* [WORK ORDER]: Please copy, exactly as they appear below, the lines from the one containing "extrude(amount=BOSS_EXTRUDE2_DEPTH)" through the one containing "ThreePointArc((13.8, 18.4), (0, 23), (-13.8, 18.4))".

* [ENTRIES SHOWN]:
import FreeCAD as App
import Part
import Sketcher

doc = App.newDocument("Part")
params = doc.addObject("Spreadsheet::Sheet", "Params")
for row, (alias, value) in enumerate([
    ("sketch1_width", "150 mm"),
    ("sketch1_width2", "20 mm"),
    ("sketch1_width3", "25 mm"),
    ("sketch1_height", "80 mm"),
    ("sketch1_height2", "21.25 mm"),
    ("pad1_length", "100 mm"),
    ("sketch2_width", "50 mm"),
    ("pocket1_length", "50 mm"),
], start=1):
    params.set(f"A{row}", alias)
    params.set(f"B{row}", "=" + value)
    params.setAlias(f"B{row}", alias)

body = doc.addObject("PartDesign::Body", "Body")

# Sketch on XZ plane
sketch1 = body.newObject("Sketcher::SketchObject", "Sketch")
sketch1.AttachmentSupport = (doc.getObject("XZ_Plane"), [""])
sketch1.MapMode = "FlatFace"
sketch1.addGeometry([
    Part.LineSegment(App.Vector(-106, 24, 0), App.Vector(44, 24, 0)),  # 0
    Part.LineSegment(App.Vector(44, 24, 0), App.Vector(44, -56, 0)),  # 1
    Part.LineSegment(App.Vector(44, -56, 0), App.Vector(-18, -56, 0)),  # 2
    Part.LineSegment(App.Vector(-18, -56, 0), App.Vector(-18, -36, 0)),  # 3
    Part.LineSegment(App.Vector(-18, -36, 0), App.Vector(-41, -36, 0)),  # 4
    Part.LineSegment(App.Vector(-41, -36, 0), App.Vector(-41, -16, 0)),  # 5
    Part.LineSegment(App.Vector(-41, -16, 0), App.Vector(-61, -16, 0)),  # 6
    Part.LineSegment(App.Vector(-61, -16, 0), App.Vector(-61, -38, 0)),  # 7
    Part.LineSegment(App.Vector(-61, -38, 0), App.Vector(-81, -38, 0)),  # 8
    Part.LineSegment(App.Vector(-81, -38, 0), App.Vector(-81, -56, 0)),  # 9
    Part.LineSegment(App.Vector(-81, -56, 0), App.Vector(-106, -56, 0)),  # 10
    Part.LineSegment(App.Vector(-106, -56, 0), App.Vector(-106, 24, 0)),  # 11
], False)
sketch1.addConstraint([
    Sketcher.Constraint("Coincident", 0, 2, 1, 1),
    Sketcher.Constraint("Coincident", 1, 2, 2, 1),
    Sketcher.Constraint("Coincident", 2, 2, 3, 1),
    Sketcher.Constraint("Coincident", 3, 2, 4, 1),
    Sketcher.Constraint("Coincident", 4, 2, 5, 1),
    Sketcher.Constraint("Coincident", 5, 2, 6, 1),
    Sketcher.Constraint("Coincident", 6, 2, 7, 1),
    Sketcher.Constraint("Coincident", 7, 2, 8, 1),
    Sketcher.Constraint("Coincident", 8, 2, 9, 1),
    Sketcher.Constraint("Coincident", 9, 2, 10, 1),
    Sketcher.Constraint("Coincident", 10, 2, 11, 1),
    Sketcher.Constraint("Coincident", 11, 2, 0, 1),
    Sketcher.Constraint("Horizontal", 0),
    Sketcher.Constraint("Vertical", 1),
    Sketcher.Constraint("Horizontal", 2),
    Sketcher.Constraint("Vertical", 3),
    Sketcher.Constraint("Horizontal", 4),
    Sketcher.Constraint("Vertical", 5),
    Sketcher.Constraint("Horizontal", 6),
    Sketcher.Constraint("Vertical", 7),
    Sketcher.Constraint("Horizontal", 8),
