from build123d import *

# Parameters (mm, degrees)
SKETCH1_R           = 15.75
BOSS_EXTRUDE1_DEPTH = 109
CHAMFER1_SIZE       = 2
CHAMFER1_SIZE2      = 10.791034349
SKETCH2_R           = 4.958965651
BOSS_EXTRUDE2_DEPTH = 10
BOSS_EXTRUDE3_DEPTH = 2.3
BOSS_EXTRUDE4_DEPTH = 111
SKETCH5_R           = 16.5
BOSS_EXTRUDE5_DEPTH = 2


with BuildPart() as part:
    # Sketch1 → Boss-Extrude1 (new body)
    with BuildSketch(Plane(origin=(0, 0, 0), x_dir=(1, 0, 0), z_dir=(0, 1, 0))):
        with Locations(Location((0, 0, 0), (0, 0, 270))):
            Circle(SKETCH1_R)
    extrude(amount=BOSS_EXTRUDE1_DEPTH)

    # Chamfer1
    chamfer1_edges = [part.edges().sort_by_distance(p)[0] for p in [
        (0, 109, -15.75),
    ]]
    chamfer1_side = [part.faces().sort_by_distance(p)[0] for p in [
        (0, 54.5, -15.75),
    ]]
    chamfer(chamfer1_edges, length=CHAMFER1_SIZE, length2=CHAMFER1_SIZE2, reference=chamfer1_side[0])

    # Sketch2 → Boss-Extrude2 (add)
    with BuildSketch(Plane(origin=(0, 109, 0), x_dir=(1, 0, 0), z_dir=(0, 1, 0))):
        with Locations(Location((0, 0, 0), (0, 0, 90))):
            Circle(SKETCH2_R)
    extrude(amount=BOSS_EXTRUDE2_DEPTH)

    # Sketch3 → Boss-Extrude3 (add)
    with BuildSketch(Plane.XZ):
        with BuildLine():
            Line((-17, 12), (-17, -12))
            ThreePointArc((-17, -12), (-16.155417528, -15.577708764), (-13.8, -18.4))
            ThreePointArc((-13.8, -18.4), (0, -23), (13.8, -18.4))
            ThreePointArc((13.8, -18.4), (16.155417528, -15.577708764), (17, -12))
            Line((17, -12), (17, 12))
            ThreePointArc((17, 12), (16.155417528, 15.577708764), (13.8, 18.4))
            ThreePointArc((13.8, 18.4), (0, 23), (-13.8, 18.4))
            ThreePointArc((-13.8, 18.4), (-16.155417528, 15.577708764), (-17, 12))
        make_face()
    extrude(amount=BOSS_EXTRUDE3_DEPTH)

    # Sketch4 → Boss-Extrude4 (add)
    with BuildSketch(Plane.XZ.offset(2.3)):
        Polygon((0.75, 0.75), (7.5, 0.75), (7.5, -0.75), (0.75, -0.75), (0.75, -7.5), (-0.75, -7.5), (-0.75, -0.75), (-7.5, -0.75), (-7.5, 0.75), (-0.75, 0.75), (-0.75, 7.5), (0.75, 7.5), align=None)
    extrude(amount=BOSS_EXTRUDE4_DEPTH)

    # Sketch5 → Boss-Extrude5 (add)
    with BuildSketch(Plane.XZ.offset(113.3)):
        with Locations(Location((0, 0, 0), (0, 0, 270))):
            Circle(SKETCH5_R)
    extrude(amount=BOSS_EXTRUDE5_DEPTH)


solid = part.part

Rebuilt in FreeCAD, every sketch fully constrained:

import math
import FreeCAD as App
import Part
import Sketcher
Q = App.Units.Quantity


def edges_at(feature, points):
    """Names of the edges that pass closest to the given points."""
    edges = feature.Shape.Edges
    near = lambda p: min(range(len(edges)), key=lambda i: edges[i].distToShape(Part.Vertex(*p))[0])
    return sorted({f"Edge{near(p) + 1}" for p in points})


def add_polygon(sketch, points):
    """Adds a closed chain of lines whose ends are joined by coincident constraints."""
    first, n = sketch.GeometryCount, len(points)
    for a, b in zip(points, points[1:] + points[:1]):
        sketch.addGeometry(Part.LineSegment(App.Vector(*a, 0), App.Vector(*b, 0)), False)
    for i in range(n):
        sketch.addConstraint(Sketcher.Constraint("Coincident", first + i, 2, first + (i + 1) % n, 1))

doc = App.newDocument("Part")
params = doc.addObject("Spreadsheet::Sheet", "Params")
for row, (alias, value) in enumerate([
    ("sketch1_diameter", "31.5 mm"),
    ("pad1_length", "109 mm"),
    ("chamfer_size", "2 mm"),
    ("chamfer_size2", "10.791034 mm"),
    ("pad2_length", "10 mm"),
    ("sketch3_radius", "8 mm"),
    ("sketch3_radius2", "23 mm"),
    ("sketch3_height", "24 mm"),
    ("pad3_length", "2.3 mm"),
    ("sketch4_width", "1.5 mm"),
    ("sketch4_width2", "6.75 mm"),
    ("pad4_length", "111 mm"),
    ("sketch5_diameter", "33 mm"),
    ("pad5_length", "2 mm"),
], start=1):
    params.set(f"A{row}", alias)
    params.set(f"B{row}", "=" + value)
    params.setAlias(f"B{row}", alias)

body = doc.addObject("PartDesign::Body", "Body")

# Sketch on XZ plane
sketch1 = body.newObject("Sketcher::SketchObject", "Sketch")
sketch1.AttachmentSupport = (doc.getObject("XZ_Plane"), [""])
sketch1.MapMode = "FlatFace"
sketch1.addGeometry(Part.Circle(App.Vector(0, 0, 0), App.Vector(0, 0, 1), 16), False)
sketch1.addConstraint(Sketcher.Constraint("Coincident", 0, 3, -1, 1))
sketch1.addConstraint(Sketcher.Constraint("Diameter", 0, Q("31.5 mm")))
sketch1.setExpression("Constraints[1]", "Params.sketch1_diameter")
pad1 = body.newObject("PartDesign::Pad", "Pad")
pad1.Profile = sketch1
pad1.setExpression("Length", "Params.pad1_length")
pad1.Reversed = True
doc.recompute()

chamfer = body.newObject("PartDesign::Chamfer", "Chamfer")
chamfer.Base = (pad1, edges_at(pad1, [(0, 109, -15.75)]))
chamfer.ChamferType = "Two distances"
chamfer.setExpression("Size", "Params.chamfer_size")
chamfer.setExpression("Size2", "Params.chamfer_size2")

# Sketch on XZ plane
sketch2 = body.newObject("Sketcher::SketchObject", "Sketch001")
sketch2.AttachmentSupport = (doc.getObject("XZ_Plane"), [""])
sketch2.MapMode = "FlatFace"
sketch2.AttachmentOffset = App.Placement(App.Vector(0, 0, -109), App.Rotation())
sketch2.addGeometry(Part.Circle(App.Vector(0, 0, 0), App.Vector(0, 0, 1), 5), False)
sketch2.addConstraint(Sketcher.Constraint("Coincident", 0, 3, -1, 1))
sketch2.addConstraint(Sketcher.Constraint("Diameter", 0, Q("9.917931 mm")))
pad2 = body.newObject("PartDesign::Pad", "Pad001")
pad2.Profile = sketch2
pad2.setExpression("Length", "Params.pad2_length")
pad2.Reversed = True

# Sketch on XZ plane
sketch3 = body.newObject("Sketcher::SketchObject", "Sketch002")
sketch3.AttachmentSupport = (doc.getObject("XZ_Plane"), [""])
sketch3.MapMode = "FlatFace"
sketch3.addGeometry(Part.LineSegment(App.Vector(-17, 12, 0), App.Vector(-17, -12, 0)), False)
sketch3.addGeometry(Part.ArcOfCircle(Part.Circle(App.Vector(-9, -12, 0), App.Vector(0, 0, 1), 8), math.radians(180), math.radians(233)), False)
sketch3.addGeometry(Part.ArcOfCircle(Part.Circle(App.Vector(0, 0, 0), App.Vector(0, 0, 1), 23), math.radians(-127), math.radians(-53)), False)
sketch3.addGeometry(Part.ArcOfCircle(Part.Circle(App.Vector(9, -12, 0), App.Vector(0, 0, 1), 8), math.radians(-53), math.radians(0)), False)
sketch3.addGeometry(Part.LineSegment(App.Vector(17, -12, 0), App.Vector(17, 12, 0)), False)
sketch3.addGeometry(Part.ArcOfCircle(Part.Circle(App.Vector(9, 12, 0), App.Vector(0, 0, 1), 8), math.radians(0), math.radians(53)), False)
sketch3.addGeometry(Part.ArcOfCircle(Part.Circle(App.Vector(0, 0, 0), App.Vector(0, 0, 1), 23), math.radians(53), math.radians(127)), False)
sketch3.addGeometry(Part.ArcOfCircle(Part.Circle(App.Vector(-9, 12, 0), App.Vector(0, 0, 1), 8), math.radians(127), math.radians(180)), False)
sketch3.addConstraint(Sketcher.Constraint("Tangent", 0, 2, 1, 1))
sketch3.addConstraint(Sketcher.Constraint("Tangent", 1, 2, 2, 1))
sketch3.addConstraint(Sketcher.Constraint("Tangent", 2, 2, 3, 1))
sketch3.addConstraint(Sketcher.Constraint("Tangent", 3, 2, 4, 1))
sketch3.addConstraint(Sketcher.Constraint("Tangent", 4, 2, 5, 1))
sketch3.addConstraint(Sketcher.Constraint("Tangent", 5, 2, 6, 1))
sketch3.addConstraint(Sketcher.Constraint("Tangent", 6, 2, 7, 1))
sketch3.addConstraint(Sketcher.Constraint("Tangent", 7, 2, 0, 1))
sketch3.addConstraint(Sketcher.Constraint("Vertical", 0))
sketch3.addConstraint(Sketcher.Constraint("Vertical", 4))
sketch3.addConstraint(Sketcher.Constraint("Coincident", 2, 3, -1, 1))
sketch3.addConstraint(Sketcher.Constraint("Coincident", 6, 3, -1, 1))
sketch3.addConstraint(Sketcher.Constraint("Equal", 1, 3))
sketch3.addConstraint(Sketcher.Constraint("Equal", 3, 5))
sketch3.addConstraint(Sketcher.Constraint("Equal", 2, 6))
sketch3.addConstraint(Sketcher.Constraint("Equal", 5, 7))
sketch3.addConstraint(Sketcher.Constraint("Horizontal", 1, 3, 3, 3))
sketch3.addConstraint(Sketcher.Constraint("Radius", 1, Q("8 mm")))
sketch3.addConstraint(Sketcher.Constraint("Radius", 2, Q("23 mm")))
sketch3.addConstraint(Sketcher.Constraint("DistanceY", 0, 2, 0, 1, Q("24 mm")))
sketch3.setExpression("Constraints[17]", "Params.sketch3_radius")
sketch3.setExpression("Constraints[18]", "Params.sketch3_radius2")
sketch3.setExpression("Constraints[19]", "Params.sketch3_height")
pad3 = body.newObject("PartDesign::Pad", "Pad002")
pad3.Profile = sketch3
pad3.setExpression("Length", "Params.pad3_length")

# Sketch on XZ plane
sketch4 = body.newObject("Sketcher::SketchObject", "Sketch003")
sketch4.AttachmentSupport = (doc.getObject("XZ_Plane"), [""])
sketch4.MapMode = "FlatFace"
sketch4.AttachmentOffset = App.Placement(App.Vector(0, 0, 2.3), App.Rotation())
add_polygon(sketch4, [(7.5, 0.8), (0.8, 0.8), (0.8, 7.5), (-0.8, 7.5), (-0.8, 0.8), (-7.5, 0.8), (-7.5, -0.8), (-0.8, -0.8), (-0.8, -7.5), (0.8, -7.5), (0.8, -0.8), (7.5, -0.8)])  # lines 0-11
sketch4.addConstraint(Sketcher.Constraint("Horizontal", 0))
sketch4.addConstraint(Sketcher.Constraint("Vertical", 1))
sketch4.addConstraint(Sketcher.Constraint("Horizontal", 2))
sketch4.addConstraint(Sketcher.Constraint("Vertical", 3))
sketch4.addConstraint(Sketcher.Constraint("Horizontal", 4))
sketch4.addConstraint(Sketcher.Constraint("Vertical", 5))
sketch4.addConstraint(Sketcher.Constraint("Horizontal", 6))
sketch4.addConstraint(Sketcher.Constraint("Vertical", 7))
sketch4.addConstraint(Sketcher.Constraint("Horizontal", 8))
sketch4.addConstraint(Sketcher.Constraint("Vertical", 9))
sketch4.addConstraint(Sketcher.Constraint("Horizontal", 10))
sketch4.addConstraint(Sketcher.Constraint("Vertical", 11))
sketch4.addConstraint(Sketcher.Constraint("Symmetric", 0, 2, 6, 2, -1, 1))
sketch4.addConstraint(Sketcher.Constraint("Symmetric", 2, 2, 8, 2, -1, 1))
sketch4.addConstraint(Sketcher.Constraint("Symmetric", 4, 2, 10, 2, -1, 1))
sketch4.addConstraint(Sketcher.Constraint("Symmetric", 0, 2, 3, 2, -2))
sketch4.addConstraint(Sketcher.Constraint("Equal", 10, 1))
sketch4.addConstraint(Sketcher.Constraint("Equal", 8, 5))
sketch4.addConstraint(Sketcher.Constraint("DistanceX", 2, 2, 2, 1, Q("1.5 mm")))
sketch4.addConstraint(Sketcher.Constraint("DistanceX", 0, 2, 0, 1, Q("6.75 mm")))
sketch4.setExpression("Constraints[30]", "Params.sketch4_width")
sketch4.setExpression("Constraints[31]", "Params.sketch4_width2")
pad4 = body.newObject("PartDesign::Pad", "Pad003")
pad4.Profile = sketch4
pad4.setExpression("Length", "Params.pad4_length")

# Sketch on XZ plane
sketch5 = body.newObject("Sketcher::SketchObject", "Sketch004")
sketch5.AttachmentSupport = (doc.getObject("XZ_Plane"), [""])
sketch5.MapMode = "FlatFace"
sketch5.AttachmentOffset = App.Placement(App.Vector(0, 0, 113.3), App.Rotation())
sketch5.addGeometry(Part.Circle(App.Vector(0, 0, 0), App.Vector(0, 0, 1), 16), False)
sketch5.addConstraint(Sketcher.Constraint("Coincident", 0, 3, -1, 1))
sketch5.addConstraint(Sketcher.Constraint("Diameter", 0, Q("33 mm")))
sketch5.setExpression("Constraints[1]", "Params.sketch5_diameter")
pad5 = body.newObject("PartDesign::Pad", "Pad004")
pad5.Profile = sketch5
pad5.setExpression("Length", "Params.pad5_length")

doc.recompute()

* [EXERCISE ANSWER]:
    extrude(amount=BOSS_EXTRUDE2_DEPTH)

    # Sketch3 → Boss-Extrude3 (add)
    with BuildSketch(Plane.XZ):
        with BuildLine():
            Line((-17, 12), (-17, -12))
            ThreePointArc((-17, -12), (-16.155417528, -15.577708764), (-13.8, -18.4))
            ThreePointArc((-13.8, -18.4), (0, -23), (13.8, -18.4))
            ThreePointArc((13.8, -18.4), (16.155417528, -15.577708764), (17, -12))
            Line((17, -12), (17, 12))
            ThreePointArc((17, 12), (16.155417528, 15.577708764), (13.8, 18.4))
            ThreePointArc((13.8, 18.4), (0, 23), (-13.8, 18.4))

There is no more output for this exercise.